Scaling behavior of domain walls at the T=0 ferromagnet to spin-glass transition

TL;DR

This paper investigates the scaling behavior of domain walls in 2D disordered Ising models at zero temperature, identifying critical disorder parameters and analyzing how domain-wall properties scale with system size near the transition.

Contribution

It introduces a novel graph-theoretical approach using minimum-weight perfect-matching algorithms to study domain walls and provides finite-size scaling analysis of critical exponents at the transition.

Findings

Critical disorder parameters for ferromagnet to spin-glass transition identified.

Exponents for domain-wall energy and length remain constant in the spin-glass phase.

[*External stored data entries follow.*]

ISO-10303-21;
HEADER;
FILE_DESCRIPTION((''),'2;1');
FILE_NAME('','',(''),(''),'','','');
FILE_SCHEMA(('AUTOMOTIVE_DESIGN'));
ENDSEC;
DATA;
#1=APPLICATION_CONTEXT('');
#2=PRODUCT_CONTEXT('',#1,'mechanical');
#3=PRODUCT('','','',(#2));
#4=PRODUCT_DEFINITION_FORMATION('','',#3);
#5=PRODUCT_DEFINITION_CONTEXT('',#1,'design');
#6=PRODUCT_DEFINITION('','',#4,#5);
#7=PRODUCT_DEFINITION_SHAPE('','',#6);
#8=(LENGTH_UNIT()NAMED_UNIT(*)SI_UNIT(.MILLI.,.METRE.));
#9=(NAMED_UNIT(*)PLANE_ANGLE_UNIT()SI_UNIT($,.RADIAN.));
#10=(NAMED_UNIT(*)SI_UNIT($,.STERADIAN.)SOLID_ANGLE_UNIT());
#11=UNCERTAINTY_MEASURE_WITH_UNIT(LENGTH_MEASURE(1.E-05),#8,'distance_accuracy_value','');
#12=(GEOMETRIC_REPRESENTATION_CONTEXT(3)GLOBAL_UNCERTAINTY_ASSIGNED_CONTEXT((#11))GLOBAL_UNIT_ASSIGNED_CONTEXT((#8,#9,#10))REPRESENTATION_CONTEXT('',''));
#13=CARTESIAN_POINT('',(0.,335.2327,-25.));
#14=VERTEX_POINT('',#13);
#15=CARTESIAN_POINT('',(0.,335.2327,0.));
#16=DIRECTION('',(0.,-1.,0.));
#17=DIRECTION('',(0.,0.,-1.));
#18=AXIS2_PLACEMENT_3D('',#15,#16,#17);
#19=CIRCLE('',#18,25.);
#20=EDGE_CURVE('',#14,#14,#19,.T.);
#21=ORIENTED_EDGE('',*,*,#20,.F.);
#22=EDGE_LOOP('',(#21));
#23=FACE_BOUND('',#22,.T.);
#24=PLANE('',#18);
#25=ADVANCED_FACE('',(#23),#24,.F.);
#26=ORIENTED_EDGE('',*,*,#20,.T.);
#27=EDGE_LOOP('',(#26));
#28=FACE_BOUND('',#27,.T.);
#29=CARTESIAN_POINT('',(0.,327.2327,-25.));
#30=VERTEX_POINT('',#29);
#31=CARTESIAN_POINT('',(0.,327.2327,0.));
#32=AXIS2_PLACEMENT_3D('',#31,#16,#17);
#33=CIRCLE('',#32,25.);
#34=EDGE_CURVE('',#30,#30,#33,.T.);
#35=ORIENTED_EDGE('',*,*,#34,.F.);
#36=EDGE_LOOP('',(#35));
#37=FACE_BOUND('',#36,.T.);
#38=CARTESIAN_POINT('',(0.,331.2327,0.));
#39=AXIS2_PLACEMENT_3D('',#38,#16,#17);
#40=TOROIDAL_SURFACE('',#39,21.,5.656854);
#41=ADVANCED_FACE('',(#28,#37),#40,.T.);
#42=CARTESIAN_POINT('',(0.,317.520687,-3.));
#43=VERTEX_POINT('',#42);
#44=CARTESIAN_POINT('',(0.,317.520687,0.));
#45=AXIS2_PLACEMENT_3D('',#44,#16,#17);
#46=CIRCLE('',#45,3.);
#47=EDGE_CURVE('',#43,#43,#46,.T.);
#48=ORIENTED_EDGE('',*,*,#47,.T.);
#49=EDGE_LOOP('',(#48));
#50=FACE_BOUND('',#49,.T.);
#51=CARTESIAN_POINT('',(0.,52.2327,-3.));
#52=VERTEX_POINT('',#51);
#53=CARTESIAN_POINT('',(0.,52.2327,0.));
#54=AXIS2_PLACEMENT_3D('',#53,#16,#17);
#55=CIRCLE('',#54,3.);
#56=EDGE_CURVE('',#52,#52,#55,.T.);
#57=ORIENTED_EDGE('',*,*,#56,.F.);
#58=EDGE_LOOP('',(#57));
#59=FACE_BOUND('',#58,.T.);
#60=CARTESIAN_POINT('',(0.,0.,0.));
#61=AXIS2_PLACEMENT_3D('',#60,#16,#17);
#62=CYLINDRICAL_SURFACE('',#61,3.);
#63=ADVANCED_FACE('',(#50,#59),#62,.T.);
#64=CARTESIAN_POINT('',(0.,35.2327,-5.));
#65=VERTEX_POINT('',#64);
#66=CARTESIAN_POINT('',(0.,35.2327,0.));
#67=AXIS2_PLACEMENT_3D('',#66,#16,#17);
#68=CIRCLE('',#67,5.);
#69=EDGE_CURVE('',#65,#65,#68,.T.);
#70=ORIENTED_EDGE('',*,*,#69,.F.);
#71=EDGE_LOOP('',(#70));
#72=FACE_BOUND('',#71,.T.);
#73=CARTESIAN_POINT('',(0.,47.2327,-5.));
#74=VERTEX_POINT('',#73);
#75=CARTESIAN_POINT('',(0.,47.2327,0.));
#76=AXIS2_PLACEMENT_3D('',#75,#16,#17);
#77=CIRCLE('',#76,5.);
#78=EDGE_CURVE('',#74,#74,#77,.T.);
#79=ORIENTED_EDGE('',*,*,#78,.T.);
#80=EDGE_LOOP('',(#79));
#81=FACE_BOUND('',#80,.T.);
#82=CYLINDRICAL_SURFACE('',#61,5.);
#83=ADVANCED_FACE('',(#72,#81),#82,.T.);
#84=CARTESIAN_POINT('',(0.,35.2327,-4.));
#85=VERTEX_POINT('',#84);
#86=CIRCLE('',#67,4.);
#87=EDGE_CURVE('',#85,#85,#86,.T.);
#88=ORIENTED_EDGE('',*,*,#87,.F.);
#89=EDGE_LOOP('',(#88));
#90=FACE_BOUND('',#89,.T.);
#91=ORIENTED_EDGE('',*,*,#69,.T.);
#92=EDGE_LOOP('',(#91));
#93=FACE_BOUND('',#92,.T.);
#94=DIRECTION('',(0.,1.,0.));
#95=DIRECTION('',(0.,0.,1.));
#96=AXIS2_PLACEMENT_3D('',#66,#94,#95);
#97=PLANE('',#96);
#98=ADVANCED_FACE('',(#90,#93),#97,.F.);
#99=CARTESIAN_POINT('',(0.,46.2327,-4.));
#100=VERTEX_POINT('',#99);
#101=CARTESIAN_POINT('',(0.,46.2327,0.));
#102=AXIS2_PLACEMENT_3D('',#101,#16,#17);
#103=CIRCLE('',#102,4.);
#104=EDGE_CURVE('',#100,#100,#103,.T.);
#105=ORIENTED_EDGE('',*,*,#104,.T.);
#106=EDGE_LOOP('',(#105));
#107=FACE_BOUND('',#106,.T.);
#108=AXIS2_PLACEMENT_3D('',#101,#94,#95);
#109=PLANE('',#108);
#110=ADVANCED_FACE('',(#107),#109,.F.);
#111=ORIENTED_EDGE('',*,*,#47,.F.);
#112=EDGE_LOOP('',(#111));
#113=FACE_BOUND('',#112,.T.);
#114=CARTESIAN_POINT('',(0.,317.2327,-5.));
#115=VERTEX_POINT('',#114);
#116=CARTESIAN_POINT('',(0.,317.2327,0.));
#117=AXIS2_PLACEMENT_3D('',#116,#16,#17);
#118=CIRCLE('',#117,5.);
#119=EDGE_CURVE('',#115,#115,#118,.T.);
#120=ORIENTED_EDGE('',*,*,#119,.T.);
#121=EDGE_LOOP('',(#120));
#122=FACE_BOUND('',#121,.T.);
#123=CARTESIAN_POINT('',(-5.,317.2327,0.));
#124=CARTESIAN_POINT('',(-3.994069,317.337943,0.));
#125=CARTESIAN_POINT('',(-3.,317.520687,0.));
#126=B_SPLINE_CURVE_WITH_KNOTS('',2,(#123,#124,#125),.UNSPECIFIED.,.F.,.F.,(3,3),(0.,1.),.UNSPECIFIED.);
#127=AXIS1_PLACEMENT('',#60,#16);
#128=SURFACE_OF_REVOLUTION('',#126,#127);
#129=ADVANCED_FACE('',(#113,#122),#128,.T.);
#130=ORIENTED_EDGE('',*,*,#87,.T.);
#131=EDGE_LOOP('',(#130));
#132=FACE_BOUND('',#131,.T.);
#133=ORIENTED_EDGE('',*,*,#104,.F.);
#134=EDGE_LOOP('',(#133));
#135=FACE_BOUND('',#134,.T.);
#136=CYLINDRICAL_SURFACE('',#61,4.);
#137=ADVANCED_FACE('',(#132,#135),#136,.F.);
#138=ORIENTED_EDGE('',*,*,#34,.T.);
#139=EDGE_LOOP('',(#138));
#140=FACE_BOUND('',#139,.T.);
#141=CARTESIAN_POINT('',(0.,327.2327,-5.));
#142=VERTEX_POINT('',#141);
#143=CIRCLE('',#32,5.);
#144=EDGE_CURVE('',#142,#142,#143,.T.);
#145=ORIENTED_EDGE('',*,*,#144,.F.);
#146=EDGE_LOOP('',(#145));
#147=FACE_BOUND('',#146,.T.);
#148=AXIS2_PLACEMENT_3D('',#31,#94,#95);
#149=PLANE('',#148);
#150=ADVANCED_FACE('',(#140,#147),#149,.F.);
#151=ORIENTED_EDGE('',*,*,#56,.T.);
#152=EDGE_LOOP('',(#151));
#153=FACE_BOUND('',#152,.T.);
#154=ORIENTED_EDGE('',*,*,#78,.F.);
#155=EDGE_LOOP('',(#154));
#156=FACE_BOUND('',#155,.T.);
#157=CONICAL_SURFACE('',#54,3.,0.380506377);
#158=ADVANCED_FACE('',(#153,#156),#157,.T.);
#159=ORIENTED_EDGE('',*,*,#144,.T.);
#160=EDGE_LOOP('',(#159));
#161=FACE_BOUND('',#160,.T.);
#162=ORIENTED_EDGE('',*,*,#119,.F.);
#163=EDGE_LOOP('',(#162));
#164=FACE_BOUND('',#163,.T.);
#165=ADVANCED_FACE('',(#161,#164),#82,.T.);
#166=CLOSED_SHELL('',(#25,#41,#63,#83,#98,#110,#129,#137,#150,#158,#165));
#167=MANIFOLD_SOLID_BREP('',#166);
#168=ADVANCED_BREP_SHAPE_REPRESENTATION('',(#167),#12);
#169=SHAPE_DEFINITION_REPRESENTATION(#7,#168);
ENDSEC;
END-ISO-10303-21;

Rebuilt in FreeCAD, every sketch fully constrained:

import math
import FreeCAD as App
import Part
import Sketcher
Q = App.Units.Quantity

doc = App.newDocument("Part")
body = doc.addObject("PartDesign::Body", "Body")

sketch1 = doc.addObject("Sketcher::SketchObject", "Sketch")
body.addObject(sketch1)
sketch1.AttachmentSupport = (doc.XY_Plane, [""])
sketch1.MapMode = "FlatFace"
sketch1.addGeometry([
    Part.LineSegment(App.Vector(-5, 327.2327, 0), App.Vector(-5, 317.2327, 0)),
    Part.BSplineCurve([App.Vector(-5, 317.2327, 0), App.Vector(-3.994069, 317.337943, 0), App.Vector(-3, 317.520687, 0)], [3, 3], [0, 1], False, 2, [1, 1, 1], False),
    Part.LineSegment(App.Vector(-3, 317.520687, 0), App.Vector(-3, 52.2327, 0)),
    Part.LineSegment(App.Vector(-3, 52.2327, 0), App.Vector(-5, 47.2327, 0)),
    Part.LineSegment(App.Vector(-5, 47.2327, 0), App.Vector(-5, 35.2327, 0)),
    Part.LineSegment(App.Vector(-5, 35.2327, 0), App.Vector(-4, 35.2327, 0)),
    Part.LineSegment(App.Vector(-4, 35.2327, 0), App.Vector(-4, 46.2327, 0)),
    Part.LineSegment(App.Vector(-4, 46.2327, 0), App.Vector(0, 46.2327, 0)),
    Part.LineSegment(App.Vector(0, 46.2327, 0), App.Vector(0, 335.2327, 0)),
    Part.LineSegment(App.Vector(0, 335.2327, 0), App.Vector(-25, 335.2327, 0)),
    Part.ArcOfCircle(Part.Circle(App.Vector(-21, 331.2327, 0), App.Vector(0, 0, 1), 5.656854), math.radians(135), math.radians(225)),
    Part.LineSegment(App.Vector(-25, 327.2327, 0), App.Vector(-5, 327.2327, 0)),
], False)
sketch1.addConstraint([
    Sketcher.Constraint("Block", 1),
    Sketcher.Constraint("Coincident", 0, 2, 1, 1),
    Sketcher.Constraint("Coincident", 1, 2, 2, 1),
    Sketcher.Constraint("Coincident", 2, 2, 3, 1),
    Sketcher.Constraint("Coincident", 3, 2, 4, 1),
    Sketcher.Constraint("Coincident", 4, 2, 5, 1),
    Sketcher.Constraint("Coincident", 5, 2, 6, 1),
    Sketcher.Constraint("Coincident", 6, 2, 7, 1),
    Sketcher.Constraint("Coincident", 7, 2, 8, 1),
    Sketcher.Constraint("Coincident", 8, 2, 9, 1),
    Sketcher.Constraint("Coincident", 9, 2, 10, 1),
    Sketcher.Constraint("Coincident", 10, 2, 11, 1),
    Sketcher.Constraint("Coincident", 11, 2, 0, 1),
    Sketcher.Constraint("Vertical", 0),
    Sketcher.Constraint("Vertical", 2),
    Sketcher.Constraint("Vertical", 4),
    Sketcher.Constraint("Horizontal", 5),
    Sketcher.Constraint("Vertical", 6),
    Sketcher.Constraint("Horizontal", 7),
    Sketcher.Constraint("Vertical", 8),
    Sketcher.Constraint("Horizontal", 9),
    Sketcher.Constraint("Horizontal", 11),
    Sketcher.Constraint("PointOnObject", 7, 2, -2),
    Sketcher.Constraint("Vertical", 0, 2, 3, 2),
    Sketcher.Constraint("Vertical", 9, 2, 10, 2),
    Sketcher.Constraint("DistanceX", 5, 1, 5, 2, Q("1 mm")),
    Sketcher.Constraint("DistanceX", 9, 2, 9, 1, Q("25 mm")),
    Sketcher.Constraint("DistanceY", 0, 2, 0, 1, Q("10 mm")),
    Sketcher.Constraint("DistanceY", 4, 2, 4, 1, Q("12 mm")),
    Sketcher.Constraint("DistanceY", 6, 1, 6, 2, Q("11 mm")),
    Sketcher.Constraint("DistanceY", 8, 1, 8, 2, Q("289 mm")),
    Sketcher.Constraint("DistanceX", 10, 3, -1, 1, Q("21 mm")),
    Sketcher.Constraint("DistanceY", 0, 2, 10, 3, Q("14 mm")),
    Sketcher.Constraint("DistanceY", 2, 2, 0, 2, Q("265 mm")),
])
revolution = doc.addObject("PartDesign::Revolution", "Revolution")
body.addObject(revolution)
revolution.Profile = sketch1
revolution.ReferenceAxis = (sketch1, ["V_Axis"])
revolution.Angle = 360

doc.recompute()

Results consistent with conformal field theory and SLE predictions.

Abstract

We study domain-wall excitations in two-dimensional random-bond Ising spin systems on a square lattice with side length L, subject to two different continuous disorder distributions. In both cases an adjustable parameter allows to tune the disorder so as to yield a transition from a spin-glass ordered ground state to a ferromagnetic groundstate. We formulate an auxiliary graph-theoretical problem in which domain walls are given by undirected shortest paths with possibly negative distances. Due to the details of the mapping, standard shortest-path algorithms cannot be applied. To solve such shortest-path problems we have to apply minimum-weight perfect-matching algorithms. We first locate the critical values of the disorder parameters, where the ferromagnet to spin-glass transition occurs for the two types of the disorder. For certain values of the disorder parameters close to the respective critical point, we investigate the system size dependence of the width of the the average domain-wall energy (~L^\theta) and the average domain-wall length (~L^df). Performing a finite-size scaling analysis for systems with a side length up to L=512, we find that both exponents remain constant in the spin-glass phase, i.e. \theta ~- 0.28 and df~1.275. This is consistent with conformal field theory, where it seems to be possible to relate the exponents from the analysis of Stochastic Loewner evolutions (SLEs) via df-1=3/[4(3+\theta)]. Finally, we characterize the transition in terms of ferromagnetic clusters of spins that form, as one proceeds from spin-glass ordered to ferromagnetic ground states.